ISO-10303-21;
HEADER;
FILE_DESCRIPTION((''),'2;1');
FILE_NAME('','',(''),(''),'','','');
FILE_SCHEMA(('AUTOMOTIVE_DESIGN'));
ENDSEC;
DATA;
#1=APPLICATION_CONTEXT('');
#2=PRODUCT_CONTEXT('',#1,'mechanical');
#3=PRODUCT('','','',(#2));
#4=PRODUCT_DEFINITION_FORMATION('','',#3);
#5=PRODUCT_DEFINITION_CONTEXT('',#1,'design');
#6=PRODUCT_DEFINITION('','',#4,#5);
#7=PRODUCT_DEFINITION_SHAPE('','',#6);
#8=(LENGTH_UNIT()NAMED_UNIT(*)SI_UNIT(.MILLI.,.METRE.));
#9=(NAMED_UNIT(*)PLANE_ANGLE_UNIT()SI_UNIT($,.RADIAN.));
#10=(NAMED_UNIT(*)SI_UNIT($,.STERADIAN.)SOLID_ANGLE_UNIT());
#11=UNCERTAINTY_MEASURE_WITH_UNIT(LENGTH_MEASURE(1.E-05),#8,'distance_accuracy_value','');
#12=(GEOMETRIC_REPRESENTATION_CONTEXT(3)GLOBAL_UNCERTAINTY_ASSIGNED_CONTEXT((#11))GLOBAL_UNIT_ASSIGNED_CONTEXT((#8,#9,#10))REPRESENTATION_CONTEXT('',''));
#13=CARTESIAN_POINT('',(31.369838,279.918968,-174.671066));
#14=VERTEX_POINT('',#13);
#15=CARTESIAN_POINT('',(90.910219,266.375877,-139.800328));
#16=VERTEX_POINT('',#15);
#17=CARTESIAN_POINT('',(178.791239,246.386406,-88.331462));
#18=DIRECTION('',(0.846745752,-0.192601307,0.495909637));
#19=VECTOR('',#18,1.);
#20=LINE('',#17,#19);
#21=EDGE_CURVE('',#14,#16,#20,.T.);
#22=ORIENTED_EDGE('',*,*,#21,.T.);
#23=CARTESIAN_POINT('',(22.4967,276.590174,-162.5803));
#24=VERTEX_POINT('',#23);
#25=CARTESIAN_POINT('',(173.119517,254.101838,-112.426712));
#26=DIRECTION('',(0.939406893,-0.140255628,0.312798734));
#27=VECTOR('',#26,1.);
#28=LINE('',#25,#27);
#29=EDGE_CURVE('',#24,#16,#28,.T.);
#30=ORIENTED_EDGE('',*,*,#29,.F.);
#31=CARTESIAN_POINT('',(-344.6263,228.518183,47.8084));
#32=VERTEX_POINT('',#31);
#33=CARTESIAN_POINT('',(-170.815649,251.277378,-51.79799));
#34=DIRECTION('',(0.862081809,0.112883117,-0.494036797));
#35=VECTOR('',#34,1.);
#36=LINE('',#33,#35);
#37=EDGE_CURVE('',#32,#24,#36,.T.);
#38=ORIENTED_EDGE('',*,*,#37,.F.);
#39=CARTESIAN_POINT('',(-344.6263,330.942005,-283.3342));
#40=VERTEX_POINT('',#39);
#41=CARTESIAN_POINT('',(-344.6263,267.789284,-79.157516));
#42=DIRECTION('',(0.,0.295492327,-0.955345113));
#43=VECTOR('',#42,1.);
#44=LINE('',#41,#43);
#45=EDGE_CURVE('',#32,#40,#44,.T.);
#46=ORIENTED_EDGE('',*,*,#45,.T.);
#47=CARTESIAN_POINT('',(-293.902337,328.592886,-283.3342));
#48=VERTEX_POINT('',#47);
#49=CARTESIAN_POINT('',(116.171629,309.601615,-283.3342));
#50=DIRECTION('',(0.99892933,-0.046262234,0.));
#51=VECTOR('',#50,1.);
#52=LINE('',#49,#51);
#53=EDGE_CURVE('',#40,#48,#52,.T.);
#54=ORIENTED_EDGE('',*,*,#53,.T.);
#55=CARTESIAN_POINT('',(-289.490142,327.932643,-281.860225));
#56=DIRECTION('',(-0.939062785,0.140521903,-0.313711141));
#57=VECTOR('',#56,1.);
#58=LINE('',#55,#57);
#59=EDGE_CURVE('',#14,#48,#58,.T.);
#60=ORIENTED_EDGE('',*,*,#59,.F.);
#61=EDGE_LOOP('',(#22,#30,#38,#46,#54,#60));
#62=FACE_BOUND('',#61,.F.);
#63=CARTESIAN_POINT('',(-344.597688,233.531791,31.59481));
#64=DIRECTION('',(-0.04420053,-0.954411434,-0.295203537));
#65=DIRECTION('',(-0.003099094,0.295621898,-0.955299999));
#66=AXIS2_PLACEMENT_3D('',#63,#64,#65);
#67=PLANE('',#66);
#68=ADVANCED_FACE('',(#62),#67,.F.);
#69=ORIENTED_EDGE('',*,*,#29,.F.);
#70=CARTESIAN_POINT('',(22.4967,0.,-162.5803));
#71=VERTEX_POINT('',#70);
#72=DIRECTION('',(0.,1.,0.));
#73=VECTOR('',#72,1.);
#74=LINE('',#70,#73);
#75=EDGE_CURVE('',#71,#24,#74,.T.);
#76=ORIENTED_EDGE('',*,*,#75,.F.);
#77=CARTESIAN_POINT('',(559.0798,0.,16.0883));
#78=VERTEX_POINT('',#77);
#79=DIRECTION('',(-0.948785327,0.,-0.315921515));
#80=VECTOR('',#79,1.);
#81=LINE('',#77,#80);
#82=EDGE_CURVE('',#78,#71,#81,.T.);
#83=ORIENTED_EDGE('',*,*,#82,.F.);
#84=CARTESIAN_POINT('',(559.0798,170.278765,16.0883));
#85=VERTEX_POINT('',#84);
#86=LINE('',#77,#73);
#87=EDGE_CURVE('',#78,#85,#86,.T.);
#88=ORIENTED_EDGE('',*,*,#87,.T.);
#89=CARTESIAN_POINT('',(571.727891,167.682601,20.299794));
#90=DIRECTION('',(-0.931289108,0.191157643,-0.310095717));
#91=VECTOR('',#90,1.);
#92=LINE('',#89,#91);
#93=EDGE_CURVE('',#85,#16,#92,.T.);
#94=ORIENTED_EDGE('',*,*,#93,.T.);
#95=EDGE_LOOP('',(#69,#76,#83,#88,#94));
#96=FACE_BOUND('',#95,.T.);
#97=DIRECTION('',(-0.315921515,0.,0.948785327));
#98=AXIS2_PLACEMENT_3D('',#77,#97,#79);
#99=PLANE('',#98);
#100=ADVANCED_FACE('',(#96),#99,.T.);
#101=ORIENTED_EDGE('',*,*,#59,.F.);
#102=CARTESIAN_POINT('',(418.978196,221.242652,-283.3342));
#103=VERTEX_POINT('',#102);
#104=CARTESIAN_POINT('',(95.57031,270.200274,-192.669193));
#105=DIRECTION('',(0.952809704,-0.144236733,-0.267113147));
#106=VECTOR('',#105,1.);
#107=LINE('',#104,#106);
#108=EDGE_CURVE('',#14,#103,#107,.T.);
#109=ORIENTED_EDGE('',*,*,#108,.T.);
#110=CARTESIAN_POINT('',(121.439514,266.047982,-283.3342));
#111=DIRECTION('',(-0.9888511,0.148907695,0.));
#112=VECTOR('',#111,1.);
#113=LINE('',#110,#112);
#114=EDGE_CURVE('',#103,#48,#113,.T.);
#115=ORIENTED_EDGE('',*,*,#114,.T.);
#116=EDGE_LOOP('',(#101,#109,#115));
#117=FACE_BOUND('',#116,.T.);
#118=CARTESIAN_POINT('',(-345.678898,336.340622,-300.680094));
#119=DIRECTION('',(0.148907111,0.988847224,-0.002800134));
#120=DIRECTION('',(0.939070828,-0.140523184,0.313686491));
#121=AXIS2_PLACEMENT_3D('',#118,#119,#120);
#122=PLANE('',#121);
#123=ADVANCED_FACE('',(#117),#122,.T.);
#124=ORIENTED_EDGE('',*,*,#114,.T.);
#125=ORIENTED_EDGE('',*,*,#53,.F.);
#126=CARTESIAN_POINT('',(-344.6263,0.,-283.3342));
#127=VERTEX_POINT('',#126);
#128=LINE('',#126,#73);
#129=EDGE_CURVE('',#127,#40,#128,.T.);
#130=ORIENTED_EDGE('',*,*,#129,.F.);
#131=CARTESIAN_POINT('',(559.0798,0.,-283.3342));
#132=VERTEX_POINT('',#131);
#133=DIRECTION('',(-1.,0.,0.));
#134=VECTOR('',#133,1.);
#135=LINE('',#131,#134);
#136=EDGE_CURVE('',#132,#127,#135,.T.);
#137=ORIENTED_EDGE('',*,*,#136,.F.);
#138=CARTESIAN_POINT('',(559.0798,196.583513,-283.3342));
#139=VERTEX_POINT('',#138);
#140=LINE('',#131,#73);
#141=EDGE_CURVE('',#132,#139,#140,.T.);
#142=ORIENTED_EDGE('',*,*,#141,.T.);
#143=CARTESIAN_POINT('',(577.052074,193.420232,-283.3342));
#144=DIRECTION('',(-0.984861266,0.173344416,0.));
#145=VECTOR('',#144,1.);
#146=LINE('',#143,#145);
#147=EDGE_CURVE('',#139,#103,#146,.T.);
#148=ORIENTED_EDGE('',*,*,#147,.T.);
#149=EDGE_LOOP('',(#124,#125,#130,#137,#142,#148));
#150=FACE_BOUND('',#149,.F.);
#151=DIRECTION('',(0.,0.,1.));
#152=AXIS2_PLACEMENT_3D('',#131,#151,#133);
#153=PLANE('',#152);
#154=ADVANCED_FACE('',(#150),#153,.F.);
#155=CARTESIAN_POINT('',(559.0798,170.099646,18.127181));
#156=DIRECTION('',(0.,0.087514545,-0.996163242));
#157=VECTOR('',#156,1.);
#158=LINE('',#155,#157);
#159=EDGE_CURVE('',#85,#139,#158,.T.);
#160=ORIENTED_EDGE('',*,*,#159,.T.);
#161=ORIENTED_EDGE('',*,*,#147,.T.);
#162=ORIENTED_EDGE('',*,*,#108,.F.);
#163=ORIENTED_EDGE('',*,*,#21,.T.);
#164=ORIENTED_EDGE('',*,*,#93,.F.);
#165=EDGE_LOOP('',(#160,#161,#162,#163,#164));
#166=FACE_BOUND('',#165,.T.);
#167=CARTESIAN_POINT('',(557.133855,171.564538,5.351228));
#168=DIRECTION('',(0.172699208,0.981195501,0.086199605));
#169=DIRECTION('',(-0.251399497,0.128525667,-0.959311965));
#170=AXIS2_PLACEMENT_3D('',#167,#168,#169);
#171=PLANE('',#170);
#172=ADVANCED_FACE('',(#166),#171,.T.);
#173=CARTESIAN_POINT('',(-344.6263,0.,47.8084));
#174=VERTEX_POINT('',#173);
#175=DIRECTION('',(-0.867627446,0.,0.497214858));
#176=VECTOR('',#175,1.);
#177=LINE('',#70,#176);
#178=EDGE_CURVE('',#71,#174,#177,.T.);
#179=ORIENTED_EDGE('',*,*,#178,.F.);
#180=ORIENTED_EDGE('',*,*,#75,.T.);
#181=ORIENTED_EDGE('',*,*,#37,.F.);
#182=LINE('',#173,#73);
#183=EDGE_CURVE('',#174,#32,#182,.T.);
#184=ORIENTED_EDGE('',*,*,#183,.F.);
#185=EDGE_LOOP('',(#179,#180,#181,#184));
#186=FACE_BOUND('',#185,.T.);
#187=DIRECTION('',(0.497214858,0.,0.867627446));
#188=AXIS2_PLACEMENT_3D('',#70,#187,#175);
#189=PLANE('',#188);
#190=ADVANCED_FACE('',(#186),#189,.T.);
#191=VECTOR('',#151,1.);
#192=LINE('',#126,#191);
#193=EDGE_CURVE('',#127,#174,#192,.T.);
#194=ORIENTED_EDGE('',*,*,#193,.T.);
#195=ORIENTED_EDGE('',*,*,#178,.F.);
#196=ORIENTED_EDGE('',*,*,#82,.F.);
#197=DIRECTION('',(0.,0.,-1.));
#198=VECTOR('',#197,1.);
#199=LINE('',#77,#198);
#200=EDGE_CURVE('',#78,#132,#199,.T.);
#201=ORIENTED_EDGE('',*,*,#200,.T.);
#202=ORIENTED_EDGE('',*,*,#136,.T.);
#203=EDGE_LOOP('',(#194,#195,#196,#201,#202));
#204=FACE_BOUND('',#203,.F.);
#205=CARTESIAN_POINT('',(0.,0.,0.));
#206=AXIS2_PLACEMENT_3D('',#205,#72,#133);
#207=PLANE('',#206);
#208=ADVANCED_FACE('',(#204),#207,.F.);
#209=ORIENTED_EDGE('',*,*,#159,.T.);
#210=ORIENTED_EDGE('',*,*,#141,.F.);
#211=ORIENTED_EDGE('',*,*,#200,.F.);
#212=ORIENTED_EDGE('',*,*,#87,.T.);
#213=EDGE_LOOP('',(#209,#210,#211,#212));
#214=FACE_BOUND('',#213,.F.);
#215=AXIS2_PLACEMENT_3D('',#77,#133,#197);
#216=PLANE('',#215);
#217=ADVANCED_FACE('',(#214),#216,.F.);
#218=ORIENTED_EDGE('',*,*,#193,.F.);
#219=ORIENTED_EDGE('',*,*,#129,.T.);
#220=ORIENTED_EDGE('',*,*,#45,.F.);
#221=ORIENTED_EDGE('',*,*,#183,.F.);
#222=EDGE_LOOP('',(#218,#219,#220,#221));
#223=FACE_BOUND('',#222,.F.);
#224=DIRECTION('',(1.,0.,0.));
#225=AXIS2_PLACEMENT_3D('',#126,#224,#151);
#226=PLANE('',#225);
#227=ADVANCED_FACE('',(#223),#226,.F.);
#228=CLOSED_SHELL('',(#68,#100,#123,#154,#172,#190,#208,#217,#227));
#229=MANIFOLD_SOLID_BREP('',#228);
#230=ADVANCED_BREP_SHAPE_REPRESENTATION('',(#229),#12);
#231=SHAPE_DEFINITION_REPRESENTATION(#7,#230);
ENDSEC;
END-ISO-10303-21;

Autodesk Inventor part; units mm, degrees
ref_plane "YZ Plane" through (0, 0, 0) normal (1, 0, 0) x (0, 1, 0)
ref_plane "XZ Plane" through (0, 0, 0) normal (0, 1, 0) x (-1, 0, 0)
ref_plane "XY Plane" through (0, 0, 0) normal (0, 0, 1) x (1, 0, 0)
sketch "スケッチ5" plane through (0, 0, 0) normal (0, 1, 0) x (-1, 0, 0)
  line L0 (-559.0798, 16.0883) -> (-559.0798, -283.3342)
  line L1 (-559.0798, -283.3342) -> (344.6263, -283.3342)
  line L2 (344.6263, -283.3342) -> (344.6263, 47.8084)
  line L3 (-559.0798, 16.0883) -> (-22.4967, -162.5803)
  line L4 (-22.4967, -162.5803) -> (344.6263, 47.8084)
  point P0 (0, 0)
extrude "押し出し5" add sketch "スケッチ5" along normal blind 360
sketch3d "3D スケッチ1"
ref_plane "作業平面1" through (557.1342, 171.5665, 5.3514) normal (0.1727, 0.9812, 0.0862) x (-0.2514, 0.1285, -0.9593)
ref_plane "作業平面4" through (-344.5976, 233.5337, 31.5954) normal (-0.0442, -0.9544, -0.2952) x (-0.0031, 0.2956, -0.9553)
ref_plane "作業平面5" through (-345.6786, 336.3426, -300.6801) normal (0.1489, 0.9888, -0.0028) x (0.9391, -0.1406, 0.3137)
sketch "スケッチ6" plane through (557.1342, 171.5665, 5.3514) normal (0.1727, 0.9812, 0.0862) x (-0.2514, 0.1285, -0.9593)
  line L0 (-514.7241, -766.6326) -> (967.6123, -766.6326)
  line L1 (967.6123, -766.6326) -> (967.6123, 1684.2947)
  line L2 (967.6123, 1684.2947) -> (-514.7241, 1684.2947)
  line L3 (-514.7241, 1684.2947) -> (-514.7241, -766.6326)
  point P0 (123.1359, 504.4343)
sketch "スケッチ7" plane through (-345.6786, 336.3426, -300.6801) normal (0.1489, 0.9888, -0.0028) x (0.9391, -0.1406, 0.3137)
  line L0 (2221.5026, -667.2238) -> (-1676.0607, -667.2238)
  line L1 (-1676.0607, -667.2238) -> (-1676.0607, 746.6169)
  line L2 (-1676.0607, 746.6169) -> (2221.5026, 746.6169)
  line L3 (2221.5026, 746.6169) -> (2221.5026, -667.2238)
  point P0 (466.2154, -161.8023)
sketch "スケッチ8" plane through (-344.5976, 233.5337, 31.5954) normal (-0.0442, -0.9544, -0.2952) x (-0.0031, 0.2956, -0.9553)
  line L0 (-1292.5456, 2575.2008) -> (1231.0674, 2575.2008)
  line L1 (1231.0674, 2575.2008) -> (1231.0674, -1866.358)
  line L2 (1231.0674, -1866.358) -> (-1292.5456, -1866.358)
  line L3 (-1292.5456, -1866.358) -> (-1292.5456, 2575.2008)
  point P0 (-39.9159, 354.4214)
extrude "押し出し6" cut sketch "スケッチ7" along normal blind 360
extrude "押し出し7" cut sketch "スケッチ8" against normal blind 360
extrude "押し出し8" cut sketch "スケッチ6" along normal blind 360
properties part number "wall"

### [Work instruction]
Write out exactly the lines above from the line with "#50=DIRECTION('',(0.99892933,-0.046262234,0.));" through the line with "#60=ORIENTED_EDGE('',*,*,#59,.F.);", both of them included, and leave out all other lines.

### [Result of this exercise]
#50=DIRECTION('',(0.99892933,-0.046262234,0.));
#51=VECTOR('',#50,1.);
#52=LINE('',#49,#51);
#53=EDGE_CURVE('',#40,#48,#52,.T.);
#54=ORIENTED_EDGE('',*,*,#53,.T.);
#55=CARTESIAN_POINT('',(-289.490142,327.932643,-281.860225));
#56=DIRECTION('',(-0.939062785,0.140521903,-0.313711141));
#57=VECTOR('',#56,1.);
#58=LINE('',#55,#57);
#59=EDGE_CURVE('',#14,#48,#58,.T.);
#60=ORIENTED_EDGE('',*,*,#59,.F.);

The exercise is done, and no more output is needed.